* **What the task asks**
Your task is to copy the lines of the data below from the line holding "#151=EDGE_CURVE('',#147,#147,#150,.T.);" through the line holding "#182=ADVANCED_FACE('',(#176,#179),#181,.F.);", inclusive, exactly and with nothing added.

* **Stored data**
_____
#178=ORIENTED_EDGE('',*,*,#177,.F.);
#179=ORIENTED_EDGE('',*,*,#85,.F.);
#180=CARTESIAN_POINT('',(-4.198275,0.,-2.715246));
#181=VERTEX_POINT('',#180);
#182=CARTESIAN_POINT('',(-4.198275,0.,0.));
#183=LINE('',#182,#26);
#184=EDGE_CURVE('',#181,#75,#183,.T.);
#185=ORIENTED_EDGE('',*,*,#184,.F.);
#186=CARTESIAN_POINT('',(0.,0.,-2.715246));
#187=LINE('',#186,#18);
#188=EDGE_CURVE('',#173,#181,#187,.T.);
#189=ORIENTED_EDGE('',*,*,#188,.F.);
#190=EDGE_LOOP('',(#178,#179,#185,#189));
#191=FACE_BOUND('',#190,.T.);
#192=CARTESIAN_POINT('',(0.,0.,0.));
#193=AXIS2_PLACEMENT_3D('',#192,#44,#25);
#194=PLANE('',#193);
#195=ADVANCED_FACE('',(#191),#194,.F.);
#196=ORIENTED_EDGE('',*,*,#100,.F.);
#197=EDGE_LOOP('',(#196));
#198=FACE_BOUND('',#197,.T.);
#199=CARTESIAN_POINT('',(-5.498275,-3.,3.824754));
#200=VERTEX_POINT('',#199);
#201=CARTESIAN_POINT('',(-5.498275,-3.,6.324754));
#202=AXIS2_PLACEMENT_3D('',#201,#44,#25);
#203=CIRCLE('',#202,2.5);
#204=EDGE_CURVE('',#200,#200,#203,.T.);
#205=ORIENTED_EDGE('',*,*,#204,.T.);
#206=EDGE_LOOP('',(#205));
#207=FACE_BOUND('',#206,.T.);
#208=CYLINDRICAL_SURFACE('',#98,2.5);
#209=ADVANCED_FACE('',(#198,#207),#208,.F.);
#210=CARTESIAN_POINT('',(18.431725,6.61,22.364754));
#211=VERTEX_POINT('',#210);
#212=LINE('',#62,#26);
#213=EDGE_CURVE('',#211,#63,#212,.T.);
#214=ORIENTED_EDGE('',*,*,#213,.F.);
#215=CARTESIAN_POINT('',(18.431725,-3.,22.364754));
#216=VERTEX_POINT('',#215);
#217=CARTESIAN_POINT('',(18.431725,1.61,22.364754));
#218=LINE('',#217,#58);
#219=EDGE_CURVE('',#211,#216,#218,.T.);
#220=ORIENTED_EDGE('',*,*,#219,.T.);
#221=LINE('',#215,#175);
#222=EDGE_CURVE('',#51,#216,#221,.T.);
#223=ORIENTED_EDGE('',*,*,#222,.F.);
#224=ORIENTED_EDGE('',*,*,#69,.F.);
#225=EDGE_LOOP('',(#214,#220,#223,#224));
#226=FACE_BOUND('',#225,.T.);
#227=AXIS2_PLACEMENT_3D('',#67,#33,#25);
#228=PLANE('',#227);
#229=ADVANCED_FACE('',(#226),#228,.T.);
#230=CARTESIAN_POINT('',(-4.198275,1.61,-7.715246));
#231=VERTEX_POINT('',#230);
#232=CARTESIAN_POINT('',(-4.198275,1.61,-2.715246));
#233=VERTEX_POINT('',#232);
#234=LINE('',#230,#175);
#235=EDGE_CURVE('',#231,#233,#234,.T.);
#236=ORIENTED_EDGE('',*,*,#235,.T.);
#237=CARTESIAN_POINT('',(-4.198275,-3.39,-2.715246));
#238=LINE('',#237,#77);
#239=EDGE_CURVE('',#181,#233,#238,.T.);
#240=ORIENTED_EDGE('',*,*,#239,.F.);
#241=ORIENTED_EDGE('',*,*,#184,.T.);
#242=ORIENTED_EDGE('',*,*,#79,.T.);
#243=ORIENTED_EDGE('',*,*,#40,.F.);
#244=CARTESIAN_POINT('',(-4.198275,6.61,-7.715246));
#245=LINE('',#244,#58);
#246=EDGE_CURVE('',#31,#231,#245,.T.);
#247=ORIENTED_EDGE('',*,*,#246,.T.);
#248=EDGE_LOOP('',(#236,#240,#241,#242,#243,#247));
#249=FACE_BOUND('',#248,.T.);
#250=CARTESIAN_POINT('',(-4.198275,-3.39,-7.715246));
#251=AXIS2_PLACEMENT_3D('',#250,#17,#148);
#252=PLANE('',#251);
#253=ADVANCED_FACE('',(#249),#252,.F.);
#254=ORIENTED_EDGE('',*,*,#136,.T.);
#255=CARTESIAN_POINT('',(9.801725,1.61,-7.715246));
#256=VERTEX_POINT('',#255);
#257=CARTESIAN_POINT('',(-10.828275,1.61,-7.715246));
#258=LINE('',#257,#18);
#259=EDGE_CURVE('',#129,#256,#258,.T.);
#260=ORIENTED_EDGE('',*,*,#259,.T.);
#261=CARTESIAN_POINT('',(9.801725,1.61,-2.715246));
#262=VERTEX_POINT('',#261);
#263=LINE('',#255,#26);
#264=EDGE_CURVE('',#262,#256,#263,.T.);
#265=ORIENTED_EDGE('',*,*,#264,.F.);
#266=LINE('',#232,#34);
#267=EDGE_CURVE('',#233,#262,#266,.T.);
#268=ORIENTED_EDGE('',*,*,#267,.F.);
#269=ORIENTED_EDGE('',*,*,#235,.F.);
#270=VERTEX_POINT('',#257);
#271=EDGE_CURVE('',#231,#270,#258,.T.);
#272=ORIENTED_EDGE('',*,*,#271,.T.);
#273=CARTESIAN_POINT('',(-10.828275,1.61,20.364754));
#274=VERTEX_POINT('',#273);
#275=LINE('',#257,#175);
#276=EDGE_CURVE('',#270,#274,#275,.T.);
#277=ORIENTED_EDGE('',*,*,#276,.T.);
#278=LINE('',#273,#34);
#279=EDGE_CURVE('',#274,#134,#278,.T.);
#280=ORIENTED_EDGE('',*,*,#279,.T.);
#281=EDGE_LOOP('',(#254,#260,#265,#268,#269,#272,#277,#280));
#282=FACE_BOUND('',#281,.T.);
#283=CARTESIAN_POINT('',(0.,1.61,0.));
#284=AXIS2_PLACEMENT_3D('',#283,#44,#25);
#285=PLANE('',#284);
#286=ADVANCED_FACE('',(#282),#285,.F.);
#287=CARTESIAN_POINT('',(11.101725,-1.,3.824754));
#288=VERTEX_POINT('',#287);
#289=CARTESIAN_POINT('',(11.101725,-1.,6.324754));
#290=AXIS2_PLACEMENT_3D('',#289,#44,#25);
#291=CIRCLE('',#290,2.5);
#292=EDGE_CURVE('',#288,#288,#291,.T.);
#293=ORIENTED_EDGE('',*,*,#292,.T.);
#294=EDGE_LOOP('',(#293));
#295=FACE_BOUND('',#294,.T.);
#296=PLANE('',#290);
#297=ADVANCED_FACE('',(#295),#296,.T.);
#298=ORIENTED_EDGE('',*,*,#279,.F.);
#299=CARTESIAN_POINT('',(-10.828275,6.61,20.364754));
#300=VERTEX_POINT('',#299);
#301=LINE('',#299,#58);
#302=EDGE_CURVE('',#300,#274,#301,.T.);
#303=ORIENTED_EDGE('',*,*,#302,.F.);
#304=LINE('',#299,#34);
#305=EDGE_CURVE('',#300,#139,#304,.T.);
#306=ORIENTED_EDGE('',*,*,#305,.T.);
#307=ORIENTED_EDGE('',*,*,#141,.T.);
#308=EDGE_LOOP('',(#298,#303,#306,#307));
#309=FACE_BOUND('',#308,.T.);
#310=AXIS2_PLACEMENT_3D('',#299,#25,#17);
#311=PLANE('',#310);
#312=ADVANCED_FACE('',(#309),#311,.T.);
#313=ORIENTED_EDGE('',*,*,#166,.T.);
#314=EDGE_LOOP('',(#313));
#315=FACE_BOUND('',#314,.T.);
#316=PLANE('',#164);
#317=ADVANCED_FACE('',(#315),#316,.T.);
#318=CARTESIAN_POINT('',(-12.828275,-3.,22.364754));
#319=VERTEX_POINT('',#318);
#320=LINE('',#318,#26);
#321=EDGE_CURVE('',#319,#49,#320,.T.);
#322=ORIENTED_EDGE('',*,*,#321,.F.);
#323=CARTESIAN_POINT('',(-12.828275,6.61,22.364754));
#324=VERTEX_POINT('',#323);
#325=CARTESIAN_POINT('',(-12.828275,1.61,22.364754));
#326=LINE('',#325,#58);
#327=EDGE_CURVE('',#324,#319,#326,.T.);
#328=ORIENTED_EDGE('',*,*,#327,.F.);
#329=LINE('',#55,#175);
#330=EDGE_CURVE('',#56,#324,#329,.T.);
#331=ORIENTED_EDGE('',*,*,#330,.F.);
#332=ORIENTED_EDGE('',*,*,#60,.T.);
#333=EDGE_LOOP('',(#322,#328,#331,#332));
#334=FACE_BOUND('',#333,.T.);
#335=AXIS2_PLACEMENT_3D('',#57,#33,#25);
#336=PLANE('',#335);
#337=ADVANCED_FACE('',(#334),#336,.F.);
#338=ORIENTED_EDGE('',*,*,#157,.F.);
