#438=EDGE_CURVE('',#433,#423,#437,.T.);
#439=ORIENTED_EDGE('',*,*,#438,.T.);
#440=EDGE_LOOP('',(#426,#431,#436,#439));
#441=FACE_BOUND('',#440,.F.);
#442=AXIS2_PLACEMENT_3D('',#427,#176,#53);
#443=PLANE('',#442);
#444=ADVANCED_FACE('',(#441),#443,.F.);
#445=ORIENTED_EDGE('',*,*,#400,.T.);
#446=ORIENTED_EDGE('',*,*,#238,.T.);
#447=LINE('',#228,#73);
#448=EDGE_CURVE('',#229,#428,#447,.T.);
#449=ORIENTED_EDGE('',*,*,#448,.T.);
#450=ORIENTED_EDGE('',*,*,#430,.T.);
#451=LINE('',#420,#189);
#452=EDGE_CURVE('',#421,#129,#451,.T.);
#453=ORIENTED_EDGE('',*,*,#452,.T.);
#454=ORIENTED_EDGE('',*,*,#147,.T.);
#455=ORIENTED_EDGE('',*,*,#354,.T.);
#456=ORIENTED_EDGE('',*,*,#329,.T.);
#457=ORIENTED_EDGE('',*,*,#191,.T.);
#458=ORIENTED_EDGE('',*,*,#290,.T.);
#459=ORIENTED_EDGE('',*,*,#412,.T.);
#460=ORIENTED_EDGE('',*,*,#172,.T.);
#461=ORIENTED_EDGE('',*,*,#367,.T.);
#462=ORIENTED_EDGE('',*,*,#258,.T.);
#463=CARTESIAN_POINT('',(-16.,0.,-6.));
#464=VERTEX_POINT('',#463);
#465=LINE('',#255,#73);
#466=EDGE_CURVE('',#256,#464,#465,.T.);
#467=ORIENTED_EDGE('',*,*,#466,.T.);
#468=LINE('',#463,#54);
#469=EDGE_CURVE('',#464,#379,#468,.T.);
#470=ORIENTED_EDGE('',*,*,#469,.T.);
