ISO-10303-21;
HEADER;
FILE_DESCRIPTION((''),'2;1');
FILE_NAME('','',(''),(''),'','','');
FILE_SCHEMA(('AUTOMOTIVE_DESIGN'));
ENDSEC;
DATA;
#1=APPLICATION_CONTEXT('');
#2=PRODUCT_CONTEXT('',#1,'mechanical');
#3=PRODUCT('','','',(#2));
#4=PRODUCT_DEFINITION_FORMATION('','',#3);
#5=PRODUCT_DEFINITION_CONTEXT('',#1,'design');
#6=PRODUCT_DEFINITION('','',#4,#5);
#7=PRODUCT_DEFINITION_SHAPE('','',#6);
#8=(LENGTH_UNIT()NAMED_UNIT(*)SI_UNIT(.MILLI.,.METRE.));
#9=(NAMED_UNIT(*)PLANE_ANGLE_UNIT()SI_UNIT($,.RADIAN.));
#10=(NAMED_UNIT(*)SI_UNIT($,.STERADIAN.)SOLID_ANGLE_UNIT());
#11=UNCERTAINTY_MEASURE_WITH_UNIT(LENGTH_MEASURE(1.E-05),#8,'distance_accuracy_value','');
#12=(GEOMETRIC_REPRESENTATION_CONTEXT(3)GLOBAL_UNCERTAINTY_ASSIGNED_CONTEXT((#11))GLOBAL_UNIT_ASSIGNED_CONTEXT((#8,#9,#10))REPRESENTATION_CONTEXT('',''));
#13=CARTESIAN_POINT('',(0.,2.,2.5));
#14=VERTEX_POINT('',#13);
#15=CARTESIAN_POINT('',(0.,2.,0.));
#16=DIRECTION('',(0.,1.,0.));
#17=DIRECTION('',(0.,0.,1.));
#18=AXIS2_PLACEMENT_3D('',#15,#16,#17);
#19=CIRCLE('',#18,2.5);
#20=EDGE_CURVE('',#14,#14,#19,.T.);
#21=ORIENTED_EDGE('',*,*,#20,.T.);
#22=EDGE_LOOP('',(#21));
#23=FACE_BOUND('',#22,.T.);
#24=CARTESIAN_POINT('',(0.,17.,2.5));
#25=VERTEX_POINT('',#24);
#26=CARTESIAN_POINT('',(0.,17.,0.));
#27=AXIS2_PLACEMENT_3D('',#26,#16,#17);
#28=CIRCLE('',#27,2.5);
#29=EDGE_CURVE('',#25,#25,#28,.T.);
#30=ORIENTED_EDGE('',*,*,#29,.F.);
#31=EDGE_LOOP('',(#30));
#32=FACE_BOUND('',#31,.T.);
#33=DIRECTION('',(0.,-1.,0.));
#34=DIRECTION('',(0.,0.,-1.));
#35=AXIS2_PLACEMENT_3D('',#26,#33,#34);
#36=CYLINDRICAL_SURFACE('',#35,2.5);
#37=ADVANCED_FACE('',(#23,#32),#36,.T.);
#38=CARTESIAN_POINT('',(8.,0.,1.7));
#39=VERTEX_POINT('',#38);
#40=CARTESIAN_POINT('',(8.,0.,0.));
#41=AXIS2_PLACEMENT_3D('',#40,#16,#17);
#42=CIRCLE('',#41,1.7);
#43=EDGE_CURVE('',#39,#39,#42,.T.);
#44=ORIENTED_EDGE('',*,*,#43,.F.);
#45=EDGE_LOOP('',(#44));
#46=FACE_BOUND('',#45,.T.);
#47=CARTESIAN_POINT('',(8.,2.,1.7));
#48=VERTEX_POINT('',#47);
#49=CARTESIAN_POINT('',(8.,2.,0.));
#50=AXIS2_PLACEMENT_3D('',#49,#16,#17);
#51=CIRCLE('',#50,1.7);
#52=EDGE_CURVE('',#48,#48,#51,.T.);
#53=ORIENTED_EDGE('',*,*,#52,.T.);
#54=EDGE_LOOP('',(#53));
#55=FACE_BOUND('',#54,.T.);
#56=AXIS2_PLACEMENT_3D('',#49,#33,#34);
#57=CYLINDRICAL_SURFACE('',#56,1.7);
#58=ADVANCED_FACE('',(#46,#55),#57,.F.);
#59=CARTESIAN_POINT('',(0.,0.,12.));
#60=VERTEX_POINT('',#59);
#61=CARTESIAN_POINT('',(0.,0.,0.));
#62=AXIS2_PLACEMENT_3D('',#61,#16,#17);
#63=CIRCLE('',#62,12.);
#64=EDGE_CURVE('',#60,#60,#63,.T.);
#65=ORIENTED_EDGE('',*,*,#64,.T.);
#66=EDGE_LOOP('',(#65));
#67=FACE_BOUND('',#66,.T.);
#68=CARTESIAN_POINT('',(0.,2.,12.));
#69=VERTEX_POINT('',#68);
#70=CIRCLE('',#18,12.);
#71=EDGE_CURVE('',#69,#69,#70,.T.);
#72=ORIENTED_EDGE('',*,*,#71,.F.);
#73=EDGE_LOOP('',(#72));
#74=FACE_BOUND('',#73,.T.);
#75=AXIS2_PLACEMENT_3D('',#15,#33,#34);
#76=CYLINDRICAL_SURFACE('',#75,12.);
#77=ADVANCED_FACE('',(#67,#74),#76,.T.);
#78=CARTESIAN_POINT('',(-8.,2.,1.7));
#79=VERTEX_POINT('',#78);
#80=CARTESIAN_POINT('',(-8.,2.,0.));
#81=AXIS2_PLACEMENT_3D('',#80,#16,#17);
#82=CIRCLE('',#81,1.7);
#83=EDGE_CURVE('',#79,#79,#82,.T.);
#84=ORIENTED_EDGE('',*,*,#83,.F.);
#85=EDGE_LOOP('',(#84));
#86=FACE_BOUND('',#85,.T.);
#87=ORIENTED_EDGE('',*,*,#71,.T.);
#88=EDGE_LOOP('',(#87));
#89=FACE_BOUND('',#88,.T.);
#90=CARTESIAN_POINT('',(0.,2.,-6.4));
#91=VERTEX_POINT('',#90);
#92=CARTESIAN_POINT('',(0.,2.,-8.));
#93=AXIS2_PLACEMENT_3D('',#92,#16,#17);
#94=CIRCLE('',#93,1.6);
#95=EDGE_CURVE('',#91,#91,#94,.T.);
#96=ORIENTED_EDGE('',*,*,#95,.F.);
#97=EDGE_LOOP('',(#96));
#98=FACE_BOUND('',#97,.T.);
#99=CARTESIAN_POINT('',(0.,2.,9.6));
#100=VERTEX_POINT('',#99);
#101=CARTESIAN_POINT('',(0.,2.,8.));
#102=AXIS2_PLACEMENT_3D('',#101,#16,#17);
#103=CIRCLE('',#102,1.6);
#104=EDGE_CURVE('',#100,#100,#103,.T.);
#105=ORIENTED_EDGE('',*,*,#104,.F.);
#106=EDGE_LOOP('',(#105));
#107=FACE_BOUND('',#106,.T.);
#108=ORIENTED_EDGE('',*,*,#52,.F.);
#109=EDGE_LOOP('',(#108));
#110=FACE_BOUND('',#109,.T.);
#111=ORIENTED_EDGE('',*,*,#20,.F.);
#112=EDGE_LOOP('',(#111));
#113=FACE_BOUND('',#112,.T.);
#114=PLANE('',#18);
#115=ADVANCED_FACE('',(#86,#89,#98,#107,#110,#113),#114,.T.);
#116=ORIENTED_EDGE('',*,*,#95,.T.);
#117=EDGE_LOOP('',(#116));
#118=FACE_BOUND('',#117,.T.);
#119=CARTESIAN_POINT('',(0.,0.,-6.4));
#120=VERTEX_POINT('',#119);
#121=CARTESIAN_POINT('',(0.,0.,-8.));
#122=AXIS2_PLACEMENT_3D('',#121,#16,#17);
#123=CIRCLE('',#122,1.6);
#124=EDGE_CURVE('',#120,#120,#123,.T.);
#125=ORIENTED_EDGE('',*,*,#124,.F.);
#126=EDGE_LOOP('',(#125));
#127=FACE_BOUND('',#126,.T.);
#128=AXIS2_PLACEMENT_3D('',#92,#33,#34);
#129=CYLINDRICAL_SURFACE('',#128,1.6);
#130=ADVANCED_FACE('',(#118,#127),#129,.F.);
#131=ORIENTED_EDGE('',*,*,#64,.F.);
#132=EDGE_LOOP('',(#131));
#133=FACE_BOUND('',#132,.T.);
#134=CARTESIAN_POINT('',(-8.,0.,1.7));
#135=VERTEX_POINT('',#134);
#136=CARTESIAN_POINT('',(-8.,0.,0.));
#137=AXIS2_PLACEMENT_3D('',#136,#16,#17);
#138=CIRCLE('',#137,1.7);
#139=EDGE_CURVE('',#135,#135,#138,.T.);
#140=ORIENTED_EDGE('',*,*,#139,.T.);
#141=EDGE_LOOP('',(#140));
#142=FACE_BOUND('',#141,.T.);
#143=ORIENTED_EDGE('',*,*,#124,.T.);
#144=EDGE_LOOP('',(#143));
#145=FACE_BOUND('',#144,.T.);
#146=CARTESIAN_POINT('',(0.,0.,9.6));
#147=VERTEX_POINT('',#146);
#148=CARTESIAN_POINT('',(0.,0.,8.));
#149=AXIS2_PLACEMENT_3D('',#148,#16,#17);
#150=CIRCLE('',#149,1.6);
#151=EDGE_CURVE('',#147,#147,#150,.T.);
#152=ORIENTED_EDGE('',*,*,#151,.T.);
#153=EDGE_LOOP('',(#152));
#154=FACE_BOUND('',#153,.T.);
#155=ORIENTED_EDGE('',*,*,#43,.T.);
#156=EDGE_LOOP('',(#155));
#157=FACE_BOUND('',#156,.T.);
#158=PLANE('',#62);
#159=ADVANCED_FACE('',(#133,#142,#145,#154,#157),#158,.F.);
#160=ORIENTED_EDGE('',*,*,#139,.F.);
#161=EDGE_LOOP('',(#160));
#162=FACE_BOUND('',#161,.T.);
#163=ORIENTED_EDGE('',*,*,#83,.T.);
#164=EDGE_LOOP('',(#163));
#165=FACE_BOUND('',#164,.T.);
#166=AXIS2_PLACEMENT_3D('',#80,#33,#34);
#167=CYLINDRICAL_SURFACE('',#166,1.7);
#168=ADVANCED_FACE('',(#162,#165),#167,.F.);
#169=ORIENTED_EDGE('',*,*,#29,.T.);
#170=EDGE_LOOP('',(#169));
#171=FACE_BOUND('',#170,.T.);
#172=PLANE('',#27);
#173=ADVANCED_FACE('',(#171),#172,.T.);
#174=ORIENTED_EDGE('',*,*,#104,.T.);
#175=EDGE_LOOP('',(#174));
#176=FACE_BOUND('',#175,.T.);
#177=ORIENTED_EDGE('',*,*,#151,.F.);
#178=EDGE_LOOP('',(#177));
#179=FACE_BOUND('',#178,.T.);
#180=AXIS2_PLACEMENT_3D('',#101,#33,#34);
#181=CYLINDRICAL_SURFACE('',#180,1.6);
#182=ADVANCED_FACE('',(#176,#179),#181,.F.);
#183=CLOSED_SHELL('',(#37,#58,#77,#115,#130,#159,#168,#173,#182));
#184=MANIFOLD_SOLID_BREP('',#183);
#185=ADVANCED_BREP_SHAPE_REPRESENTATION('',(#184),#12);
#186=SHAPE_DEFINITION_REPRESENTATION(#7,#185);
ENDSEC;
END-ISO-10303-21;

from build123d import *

# Parameters (mm, degrees)
SKETCH_1_R      = 12
SKETCH_1_R_2    = 1.7
SKETCH_1_R_3    = 1.6
EXTRUDE_1_DEPTH = 2
SKETCH_2_R      = 2.5
EXTRUDE_2_DEPTH = 15


with BuildPart() as part:
    # 草图1 → 凸台-拉伸1 (new body)
    with BuildSketch(Plane(origin=(0, 0, 0), x_dir=(1, 0, 0), z_dir=(0, 1, 0))):
        Circle(SKETCH_1_R)
        with Locations((-8, 0)):
            Circle(SKETCH_1_R_2, mode=Mode.SUBTRACT)
        with Locations((0, 8)):
            Circle(SKETCH_1_R_3, mode=Mode.SUBTRACT)
        with Locations((8, 0)):
            Circle(SKETCH_1_R_2, mode=Mode.SUBTRACT)
        with Locations((0, -8)):
            Circle(SKETCH_1_R_3, mode=Mode.SUBTRACT)
    extrude(amount=EXTRUDE_1_DEPTH)

    # 草图2 → 凸台-拉伸2 (add)
    with BuildSketch(Plane(origin=(0, 2, 0), x_dir=(1, 0, 0), z_dir=(0, 1, 0))):
        Circle(SKETCH_2_R)
    extrude(amount=EXTRUDE_2_DEPTH)


solid = part.part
_____
* **Solution to this exercise**
#151=EDGE_CURVE('',#147,#147,#150,.T.);
#152=ORIENTED_EDGE('',*,*,#151,.T.);
#153=EDGE_LOOP('',(#152));
#154=FACE_BOUND('',#153,.T.);
#155=ORIENTED_EDGE('',*,*,#43,.T.);
#156=EDGE_LOOP('',(#155));
#157=FACE_BOUND('',#156,.T.);
#158=PLANE('',#62);
#159=ADVANCED_FACE('',(#133,#142,#145,#154,#157),#158,.F.);
#160=ORIENTED_EDGE('',*,*,#139,.F.);
#161=EDGE_LOOP('',(#160));
#162=FACE_BOUND('',#161,.T.);
#163=ORIENTED_EDGE('',*,*,#83,.T.);
#164=EDGE_LOOP('',(#163));
#165=FACE_BOUND('',#164,.T.);
#166=AXIS2_PLACEMENT_3D('',#80,#33,#34);
#167=CYLINDRICAL_SURFACE('',#166,1.7);
#168=ADVANCED_FACE('',(#162,#165),#167,.F.);
#169=ORIENTED_EDGE('',*,*,#29,.T.);
#170=EDGE_LOOP('',(#169));
#171=FACE_BOUND('',#170,.T.);
#172=PLANE('',#27);
#173=ADVANCED_FACE('',(#171),#172,.T.);
#174=ORIENTED_EDGE('',*,*,#104,.T.);
#175=EDGE_LOOP('',(#174));
#176=FACE_BOUND('',#175,.T.);
#177=ORIENTED_EDGE('',*,*,#151,.F.);
#178=EDGE_LOOP('',(#177));
#179=FACE_BOUND('',#178,.T.);
#180=AXIS2_PLACEMENT_3D('',#101,#33,#34);
#181=CYLINDRICAL_SURFACE('',#180,1.6);
#182=ADVANCED_FACE('',(#176,#179),#181,.F.);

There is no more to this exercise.